Instructions for the task:
Return, from the data below, each line that contains the word "moved".

Supplied material:
.....

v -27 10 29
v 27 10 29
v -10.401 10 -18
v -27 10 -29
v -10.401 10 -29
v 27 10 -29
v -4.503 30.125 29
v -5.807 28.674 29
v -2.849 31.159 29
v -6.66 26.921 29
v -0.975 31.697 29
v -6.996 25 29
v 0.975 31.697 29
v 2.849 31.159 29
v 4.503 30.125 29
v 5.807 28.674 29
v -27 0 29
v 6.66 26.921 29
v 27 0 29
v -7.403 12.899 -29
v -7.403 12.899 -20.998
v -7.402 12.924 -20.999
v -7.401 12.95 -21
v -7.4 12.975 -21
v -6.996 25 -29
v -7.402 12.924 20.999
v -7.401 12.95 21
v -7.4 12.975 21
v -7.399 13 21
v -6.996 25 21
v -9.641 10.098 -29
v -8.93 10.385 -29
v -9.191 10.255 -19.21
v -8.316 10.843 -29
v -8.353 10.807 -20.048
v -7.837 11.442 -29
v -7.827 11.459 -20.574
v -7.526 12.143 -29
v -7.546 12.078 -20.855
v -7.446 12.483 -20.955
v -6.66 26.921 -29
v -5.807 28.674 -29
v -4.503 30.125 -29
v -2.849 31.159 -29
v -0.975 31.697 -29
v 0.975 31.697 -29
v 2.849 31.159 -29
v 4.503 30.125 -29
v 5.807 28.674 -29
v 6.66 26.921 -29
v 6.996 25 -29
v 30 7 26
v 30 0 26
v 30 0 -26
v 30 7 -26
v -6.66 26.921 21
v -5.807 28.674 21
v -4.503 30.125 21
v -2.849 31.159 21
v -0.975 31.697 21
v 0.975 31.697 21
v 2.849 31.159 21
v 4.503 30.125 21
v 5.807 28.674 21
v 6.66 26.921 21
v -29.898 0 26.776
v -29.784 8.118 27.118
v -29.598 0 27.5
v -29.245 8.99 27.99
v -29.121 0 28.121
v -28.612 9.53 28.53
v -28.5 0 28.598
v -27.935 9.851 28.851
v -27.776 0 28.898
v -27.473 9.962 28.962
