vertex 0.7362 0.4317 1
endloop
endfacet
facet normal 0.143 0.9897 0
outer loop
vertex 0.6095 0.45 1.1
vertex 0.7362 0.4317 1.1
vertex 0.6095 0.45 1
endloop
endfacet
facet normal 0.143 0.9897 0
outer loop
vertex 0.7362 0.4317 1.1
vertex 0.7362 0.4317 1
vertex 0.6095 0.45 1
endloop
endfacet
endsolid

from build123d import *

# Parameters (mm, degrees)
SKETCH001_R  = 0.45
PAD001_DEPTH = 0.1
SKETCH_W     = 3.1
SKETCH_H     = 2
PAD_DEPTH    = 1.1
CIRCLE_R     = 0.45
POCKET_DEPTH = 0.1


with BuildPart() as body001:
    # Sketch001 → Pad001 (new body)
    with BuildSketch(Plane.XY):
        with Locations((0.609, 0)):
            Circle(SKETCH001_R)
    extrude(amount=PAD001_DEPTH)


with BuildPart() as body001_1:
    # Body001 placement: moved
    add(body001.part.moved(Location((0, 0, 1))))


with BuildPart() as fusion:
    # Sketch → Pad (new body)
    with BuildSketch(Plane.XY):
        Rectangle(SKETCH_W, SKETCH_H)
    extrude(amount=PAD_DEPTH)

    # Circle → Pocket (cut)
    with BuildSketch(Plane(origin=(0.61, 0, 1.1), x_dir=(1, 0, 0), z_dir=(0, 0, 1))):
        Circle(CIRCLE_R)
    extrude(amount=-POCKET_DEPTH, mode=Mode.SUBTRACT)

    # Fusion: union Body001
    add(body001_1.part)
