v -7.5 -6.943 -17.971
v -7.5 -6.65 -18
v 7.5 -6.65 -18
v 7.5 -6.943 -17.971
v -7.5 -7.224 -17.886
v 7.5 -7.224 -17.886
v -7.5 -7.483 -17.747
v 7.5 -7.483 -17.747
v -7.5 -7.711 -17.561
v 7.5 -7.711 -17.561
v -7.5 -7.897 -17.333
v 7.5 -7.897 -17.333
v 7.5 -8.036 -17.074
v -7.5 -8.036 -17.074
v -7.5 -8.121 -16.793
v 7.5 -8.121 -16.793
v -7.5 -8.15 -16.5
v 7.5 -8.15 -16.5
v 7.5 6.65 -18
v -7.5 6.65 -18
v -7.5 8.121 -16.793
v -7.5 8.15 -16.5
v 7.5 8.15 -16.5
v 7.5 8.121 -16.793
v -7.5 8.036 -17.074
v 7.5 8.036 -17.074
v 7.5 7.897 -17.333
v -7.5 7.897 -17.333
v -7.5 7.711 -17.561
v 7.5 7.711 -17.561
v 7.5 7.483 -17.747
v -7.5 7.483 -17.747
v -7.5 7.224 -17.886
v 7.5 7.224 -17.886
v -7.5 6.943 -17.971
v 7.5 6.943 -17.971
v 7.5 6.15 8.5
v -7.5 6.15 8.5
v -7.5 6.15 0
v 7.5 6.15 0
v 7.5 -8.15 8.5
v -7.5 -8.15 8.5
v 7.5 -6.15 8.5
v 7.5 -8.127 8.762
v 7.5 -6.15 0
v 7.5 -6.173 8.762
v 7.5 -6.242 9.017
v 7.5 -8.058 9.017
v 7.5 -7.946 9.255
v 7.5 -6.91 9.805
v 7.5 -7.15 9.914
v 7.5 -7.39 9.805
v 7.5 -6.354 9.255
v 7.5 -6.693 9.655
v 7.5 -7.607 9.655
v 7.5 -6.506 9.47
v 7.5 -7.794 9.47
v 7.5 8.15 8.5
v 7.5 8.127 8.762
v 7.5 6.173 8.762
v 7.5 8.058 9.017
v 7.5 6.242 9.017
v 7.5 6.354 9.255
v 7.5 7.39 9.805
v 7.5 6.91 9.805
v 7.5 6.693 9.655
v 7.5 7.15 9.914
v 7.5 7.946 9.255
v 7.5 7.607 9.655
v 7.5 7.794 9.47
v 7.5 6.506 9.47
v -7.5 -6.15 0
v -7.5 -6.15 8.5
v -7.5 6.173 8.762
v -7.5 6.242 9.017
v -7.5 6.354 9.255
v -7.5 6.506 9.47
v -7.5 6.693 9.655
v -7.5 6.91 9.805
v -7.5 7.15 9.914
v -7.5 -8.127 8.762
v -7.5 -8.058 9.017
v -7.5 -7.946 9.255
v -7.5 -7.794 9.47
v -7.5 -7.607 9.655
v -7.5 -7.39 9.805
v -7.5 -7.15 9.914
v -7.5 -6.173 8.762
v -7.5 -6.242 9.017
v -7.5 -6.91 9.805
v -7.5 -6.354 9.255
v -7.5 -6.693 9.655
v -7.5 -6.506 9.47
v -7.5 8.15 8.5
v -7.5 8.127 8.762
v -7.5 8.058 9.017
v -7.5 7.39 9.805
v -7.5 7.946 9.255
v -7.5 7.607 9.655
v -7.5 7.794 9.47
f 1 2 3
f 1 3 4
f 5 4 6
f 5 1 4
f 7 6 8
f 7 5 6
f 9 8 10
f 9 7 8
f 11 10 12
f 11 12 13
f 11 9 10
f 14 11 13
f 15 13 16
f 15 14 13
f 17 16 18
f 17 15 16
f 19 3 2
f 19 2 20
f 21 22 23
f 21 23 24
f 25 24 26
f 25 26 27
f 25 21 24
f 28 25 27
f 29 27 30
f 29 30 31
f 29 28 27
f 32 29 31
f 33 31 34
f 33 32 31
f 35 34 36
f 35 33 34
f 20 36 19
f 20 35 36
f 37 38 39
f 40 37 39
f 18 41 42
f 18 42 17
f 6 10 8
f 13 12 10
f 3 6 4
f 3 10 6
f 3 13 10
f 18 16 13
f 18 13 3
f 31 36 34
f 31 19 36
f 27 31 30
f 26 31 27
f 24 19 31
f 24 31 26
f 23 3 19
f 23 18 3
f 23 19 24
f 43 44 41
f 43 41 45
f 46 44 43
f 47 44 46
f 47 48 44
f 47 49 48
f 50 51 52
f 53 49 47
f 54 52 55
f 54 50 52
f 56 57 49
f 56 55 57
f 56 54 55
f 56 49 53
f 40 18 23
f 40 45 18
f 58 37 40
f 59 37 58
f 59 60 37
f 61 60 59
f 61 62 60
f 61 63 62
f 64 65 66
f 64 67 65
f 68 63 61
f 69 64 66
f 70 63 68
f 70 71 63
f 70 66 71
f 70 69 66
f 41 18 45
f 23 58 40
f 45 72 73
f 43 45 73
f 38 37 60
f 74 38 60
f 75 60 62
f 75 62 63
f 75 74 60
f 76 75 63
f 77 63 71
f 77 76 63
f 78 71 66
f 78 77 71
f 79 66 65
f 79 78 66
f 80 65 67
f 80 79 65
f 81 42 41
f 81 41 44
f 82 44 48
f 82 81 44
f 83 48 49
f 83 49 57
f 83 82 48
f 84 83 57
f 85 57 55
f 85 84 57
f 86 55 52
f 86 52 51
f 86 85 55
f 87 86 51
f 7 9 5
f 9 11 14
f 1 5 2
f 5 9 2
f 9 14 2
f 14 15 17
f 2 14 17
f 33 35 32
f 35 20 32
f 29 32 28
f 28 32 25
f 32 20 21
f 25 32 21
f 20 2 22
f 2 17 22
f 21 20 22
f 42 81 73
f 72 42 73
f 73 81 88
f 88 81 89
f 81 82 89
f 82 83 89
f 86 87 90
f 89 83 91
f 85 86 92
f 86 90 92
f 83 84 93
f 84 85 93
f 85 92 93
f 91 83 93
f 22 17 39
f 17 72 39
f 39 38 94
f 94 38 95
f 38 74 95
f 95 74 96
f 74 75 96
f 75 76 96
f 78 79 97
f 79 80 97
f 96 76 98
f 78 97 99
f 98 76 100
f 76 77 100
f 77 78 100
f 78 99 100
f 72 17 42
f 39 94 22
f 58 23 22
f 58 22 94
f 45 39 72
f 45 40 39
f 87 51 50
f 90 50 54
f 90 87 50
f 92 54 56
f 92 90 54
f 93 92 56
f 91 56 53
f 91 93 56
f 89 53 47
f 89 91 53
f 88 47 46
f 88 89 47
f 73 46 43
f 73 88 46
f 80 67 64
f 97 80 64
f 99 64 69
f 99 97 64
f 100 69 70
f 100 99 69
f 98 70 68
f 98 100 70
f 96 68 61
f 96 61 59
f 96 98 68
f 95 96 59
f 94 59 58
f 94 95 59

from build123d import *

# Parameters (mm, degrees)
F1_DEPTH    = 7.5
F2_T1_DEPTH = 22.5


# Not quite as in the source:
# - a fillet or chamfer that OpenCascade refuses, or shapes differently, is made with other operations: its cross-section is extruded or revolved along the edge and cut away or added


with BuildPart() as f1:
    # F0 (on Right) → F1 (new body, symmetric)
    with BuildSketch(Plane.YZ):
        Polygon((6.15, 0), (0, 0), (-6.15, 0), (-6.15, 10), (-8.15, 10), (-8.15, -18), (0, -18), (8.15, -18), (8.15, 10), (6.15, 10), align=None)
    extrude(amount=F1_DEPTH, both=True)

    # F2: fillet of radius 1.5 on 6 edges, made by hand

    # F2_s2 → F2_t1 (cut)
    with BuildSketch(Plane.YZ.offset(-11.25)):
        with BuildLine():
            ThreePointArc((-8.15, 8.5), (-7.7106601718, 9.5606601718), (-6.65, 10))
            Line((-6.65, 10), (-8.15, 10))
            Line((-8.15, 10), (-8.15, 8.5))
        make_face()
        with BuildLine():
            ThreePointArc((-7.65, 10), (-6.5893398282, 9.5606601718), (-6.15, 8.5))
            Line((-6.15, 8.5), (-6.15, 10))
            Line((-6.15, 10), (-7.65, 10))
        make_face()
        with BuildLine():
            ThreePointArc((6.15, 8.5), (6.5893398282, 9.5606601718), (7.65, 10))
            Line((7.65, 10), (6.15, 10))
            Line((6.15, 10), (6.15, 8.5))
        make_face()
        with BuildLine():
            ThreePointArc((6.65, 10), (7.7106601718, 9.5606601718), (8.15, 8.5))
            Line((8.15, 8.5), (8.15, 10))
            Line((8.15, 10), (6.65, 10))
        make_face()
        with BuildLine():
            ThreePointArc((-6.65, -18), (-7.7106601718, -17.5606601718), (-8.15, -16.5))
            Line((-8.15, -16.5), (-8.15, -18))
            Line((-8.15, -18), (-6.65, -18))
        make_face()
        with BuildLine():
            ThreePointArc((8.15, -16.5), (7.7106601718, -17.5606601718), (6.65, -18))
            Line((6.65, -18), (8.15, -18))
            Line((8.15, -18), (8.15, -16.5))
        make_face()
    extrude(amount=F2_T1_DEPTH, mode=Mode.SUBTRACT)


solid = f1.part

.....

Answer area:
    # Body001 placement: moved
    add(body001.part.moved(Location((0, 0, 1))))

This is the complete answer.